■ What the task asks ■
Only one stretch of the data below is wanted: the lines starting at the one with "35.511756749), (169.018329151, 38.934948035))" and ending at the one with "v -6.236 4.167 0", both included, given again exactly.

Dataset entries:
((

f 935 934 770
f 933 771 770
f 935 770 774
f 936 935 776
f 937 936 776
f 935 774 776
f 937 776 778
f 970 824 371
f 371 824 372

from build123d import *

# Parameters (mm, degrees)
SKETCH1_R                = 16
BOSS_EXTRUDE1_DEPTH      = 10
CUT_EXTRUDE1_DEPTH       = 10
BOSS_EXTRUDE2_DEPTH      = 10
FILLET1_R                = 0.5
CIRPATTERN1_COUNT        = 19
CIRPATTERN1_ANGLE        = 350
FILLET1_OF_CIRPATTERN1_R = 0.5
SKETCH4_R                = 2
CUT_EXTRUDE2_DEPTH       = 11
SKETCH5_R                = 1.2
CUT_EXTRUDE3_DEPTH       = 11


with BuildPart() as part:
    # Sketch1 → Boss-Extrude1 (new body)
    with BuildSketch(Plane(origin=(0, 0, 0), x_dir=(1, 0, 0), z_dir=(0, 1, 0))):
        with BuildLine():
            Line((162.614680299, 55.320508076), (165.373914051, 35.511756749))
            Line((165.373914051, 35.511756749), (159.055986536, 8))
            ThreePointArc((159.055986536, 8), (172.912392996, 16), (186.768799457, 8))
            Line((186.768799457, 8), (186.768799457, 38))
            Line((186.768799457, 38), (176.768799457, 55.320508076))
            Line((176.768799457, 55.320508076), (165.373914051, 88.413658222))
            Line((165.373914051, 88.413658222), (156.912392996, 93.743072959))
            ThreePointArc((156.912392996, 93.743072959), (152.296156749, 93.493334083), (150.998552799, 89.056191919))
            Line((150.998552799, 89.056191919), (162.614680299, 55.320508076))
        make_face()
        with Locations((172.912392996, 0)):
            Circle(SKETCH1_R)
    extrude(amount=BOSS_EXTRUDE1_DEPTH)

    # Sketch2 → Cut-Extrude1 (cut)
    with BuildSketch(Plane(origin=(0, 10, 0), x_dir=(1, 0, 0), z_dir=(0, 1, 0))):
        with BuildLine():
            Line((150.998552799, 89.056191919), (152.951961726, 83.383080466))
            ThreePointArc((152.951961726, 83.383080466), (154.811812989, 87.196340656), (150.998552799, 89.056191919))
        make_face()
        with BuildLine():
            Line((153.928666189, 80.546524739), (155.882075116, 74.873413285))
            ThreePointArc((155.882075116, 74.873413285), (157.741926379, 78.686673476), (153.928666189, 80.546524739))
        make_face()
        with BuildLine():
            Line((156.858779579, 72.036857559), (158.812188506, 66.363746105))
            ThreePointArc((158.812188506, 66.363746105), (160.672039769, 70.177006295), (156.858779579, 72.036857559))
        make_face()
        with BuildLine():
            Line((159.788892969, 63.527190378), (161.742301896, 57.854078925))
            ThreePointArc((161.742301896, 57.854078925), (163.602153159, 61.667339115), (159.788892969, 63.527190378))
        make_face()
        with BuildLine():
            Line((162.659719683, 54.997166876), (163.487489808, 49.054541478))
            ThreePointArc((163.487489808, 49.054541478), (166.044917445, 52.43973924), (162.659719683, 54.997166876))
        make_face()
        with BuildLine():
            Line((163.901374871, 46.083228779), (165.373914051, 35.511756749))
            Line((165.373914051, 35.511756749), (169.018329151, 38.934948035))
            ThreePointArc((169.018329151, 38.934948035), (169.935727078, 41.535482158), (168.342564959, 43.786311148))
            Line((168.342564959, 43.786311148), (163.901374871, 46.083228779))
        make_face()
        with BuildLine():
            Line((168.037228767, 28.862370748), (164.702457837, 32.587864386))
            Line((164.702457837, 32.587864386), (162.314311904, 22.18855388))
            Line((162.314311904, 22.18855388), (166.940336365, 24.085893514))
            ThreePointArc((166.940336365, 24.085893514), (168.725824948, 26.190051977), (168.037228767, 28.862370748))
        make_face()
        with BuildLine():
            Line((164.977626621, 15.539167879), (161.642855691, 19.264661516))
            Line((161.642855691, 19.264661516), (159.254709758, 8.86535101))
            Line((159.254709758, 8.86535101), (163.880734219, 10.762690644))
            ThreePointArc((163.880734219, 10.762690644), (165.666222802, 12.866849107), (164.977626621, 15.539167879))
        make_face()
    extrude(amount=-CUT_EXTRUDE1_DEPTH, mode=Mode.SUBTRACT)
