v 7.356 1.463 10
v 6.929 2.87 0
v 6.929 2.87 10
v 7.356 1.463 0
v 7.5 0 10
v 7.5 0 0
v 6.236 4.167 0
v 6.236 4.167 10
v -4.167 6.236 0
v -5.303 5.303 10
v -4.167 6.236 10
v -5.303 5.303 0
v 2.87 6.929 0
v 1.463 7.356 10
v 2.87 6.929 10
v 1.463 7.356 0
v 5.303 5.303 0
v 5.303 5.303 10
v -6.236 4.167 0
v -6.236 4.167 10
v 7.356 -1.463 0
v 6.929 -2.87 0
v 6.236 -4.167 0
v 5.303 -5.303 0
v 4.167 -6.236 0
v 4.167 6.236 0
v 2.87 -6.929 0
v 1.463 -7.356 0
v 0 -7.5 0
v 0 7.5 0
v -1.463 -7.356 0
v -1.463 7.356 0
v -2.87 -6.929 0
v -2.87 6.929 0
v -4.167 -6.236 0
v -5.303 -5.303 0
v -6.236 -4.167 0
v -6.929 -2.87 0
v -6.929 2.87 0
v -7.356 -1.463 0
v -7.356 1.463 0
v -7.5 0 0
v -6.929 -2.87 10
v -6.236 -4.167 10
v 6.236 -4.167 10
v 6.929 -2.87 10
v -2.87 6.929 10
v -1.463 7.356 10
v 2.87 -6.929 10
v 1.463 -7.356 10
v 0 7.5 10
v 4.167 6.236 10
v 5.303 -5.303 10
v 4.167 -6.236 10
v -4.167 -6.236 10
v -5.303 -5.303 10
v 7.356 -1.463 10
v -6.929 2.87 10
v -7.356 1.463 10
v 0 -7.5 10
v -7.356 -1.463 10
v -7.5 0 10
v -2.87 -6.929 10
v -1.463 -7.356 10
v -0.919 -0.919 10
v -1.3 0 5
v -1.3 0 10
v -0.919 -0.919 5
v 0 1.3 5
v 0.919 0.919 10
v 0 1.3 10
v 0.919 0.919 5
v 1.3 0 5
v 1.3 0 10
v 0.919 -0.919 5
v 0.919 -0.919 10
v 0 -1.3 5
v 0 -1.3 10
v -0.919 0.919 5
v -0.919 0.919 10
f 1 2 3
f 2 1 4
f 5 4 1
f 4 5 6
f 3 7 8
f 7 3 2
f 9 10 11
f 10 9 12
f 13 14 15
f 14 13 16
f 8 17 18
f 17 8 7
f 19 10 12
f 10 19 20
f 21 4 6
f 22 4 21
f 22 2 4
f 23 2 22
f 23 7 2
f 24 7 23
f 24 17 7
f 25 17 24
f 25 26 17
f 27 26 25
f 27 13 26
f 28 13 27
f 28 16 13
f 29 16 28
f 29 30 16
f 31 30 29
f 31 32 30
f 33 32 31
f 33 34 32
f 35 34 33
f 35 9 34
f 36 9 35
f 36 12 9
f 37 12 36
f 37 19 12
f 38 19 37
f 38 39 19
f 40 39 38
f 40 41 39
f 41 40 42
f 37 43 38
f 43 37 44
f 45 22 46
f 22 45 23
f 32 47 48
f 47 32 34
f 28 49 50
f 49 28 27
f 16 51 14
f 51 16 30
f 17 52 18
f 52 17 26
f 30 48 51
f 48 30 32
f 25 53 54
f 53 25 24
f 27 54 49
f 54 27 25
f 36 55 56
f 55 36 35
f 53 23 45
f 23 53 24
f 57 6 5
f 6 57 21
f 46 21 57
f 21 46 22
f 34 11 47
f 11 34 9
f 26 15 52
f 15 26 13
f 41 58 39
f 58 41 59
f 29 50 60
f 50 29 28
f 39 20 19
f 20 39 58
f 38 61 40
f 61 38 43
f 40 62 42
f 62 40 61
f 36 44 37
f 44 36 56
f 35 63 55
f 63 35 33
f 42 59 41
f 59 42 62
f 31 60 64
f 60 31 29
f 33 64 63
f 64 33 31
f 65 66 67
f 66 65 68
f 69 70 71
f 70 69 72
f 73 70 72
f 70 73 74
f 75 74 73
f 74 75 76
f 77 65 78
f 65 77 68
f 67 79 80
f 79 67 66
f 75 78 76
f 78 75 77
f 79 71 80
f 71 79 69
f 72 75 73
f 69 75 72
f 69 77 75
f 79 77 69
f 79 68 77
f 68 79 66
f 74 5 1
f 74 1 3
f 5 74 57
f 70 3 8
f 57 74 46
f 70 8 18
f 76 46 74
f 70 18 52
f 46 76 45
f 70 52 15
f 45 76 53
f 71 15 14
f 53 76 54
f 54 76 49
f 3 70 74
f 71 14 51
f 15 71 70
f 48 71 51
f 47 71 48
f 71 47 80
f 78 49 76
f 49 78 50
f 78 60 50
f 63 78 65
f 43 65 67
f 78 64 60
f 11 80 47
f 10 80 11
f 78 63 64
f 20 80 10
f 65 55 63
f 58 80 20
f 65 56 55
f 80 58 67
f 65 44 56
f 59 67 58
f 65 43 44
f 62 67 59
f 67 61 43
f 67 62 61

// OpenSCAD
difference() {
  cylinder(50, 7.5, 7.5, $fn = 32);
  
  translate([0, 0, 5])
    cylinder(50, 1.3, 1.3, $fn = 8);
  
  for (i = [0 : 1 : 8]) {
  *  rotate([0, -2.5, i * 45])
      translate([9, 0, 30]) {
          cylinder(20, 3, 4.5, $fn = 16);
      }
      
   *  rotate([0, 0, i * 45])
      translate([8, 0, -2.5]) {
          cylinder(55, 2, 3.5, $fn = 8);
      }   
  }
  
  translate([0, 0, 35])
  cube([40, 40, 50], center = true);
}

))

■ Answer to this problem ■
            Line((165.373914051, 35.511756749), (169.018329151, 38.934948035))
            ThreePointArc((169.018329151, 38.934948035), (169.935727078, 41.535482158), (168.342564959, 43.786311148))
            Line((168.342564959, 43.786311148), (163.901374871, 46.083228779))
        make_face()
        with BuildLine():
            Line((168.037228767, 28.862370748), (164.702457837, 32.587864386))
            Line((164.702457837, 32.587864386), (162.314311904, 22.18855388))
            Line((162.314311904, 22.18855388), (166.940336365, 24.085893514))
            ThreePointArc((166.940336365, 24.085893514), (168.725824948, 26.190051977), (168.037228767, 28.862370748))
        make_face()
        with BuildLine():
            Line((164.977626621, 15.539167879), (161.642855691, 19.264661516))
            Line((161.642855691, 19.264661516), (159.254709758, 8.86535101))
            Line((159.254709758, 8.86535101), (163.880734219, 10.762690644))
            ThreePointArc((163.880734219, 10.762690644), (165.666222802, 12.866849107), (164.977626621, 15.539167879))
        make_face()
    extrude(amount=-CUT_EXTRUDE1_DEPTH, mode=Mode.SUBTRACT)
v 7.356 1.463 10
v 6.929 2.87 0
v 6.929 2.87 10
v 7.356 1.463 0
v 7.5 0 10
v 7.5 0 0
v 6.236 4.167 0
v 6.236 4.167 10
v -4.167 6.236 0
v -5.303 5.303 10
v -4.167 6.236 10
v -5.303 5.303 0
v 2.87 6.929 0
v 1.463 7.356 10
v 2.87 6.929 10
v 1.463 7.356 0
v 5.303 5.303 0
v 5.303 5.303 10
v -6.236 4.167 0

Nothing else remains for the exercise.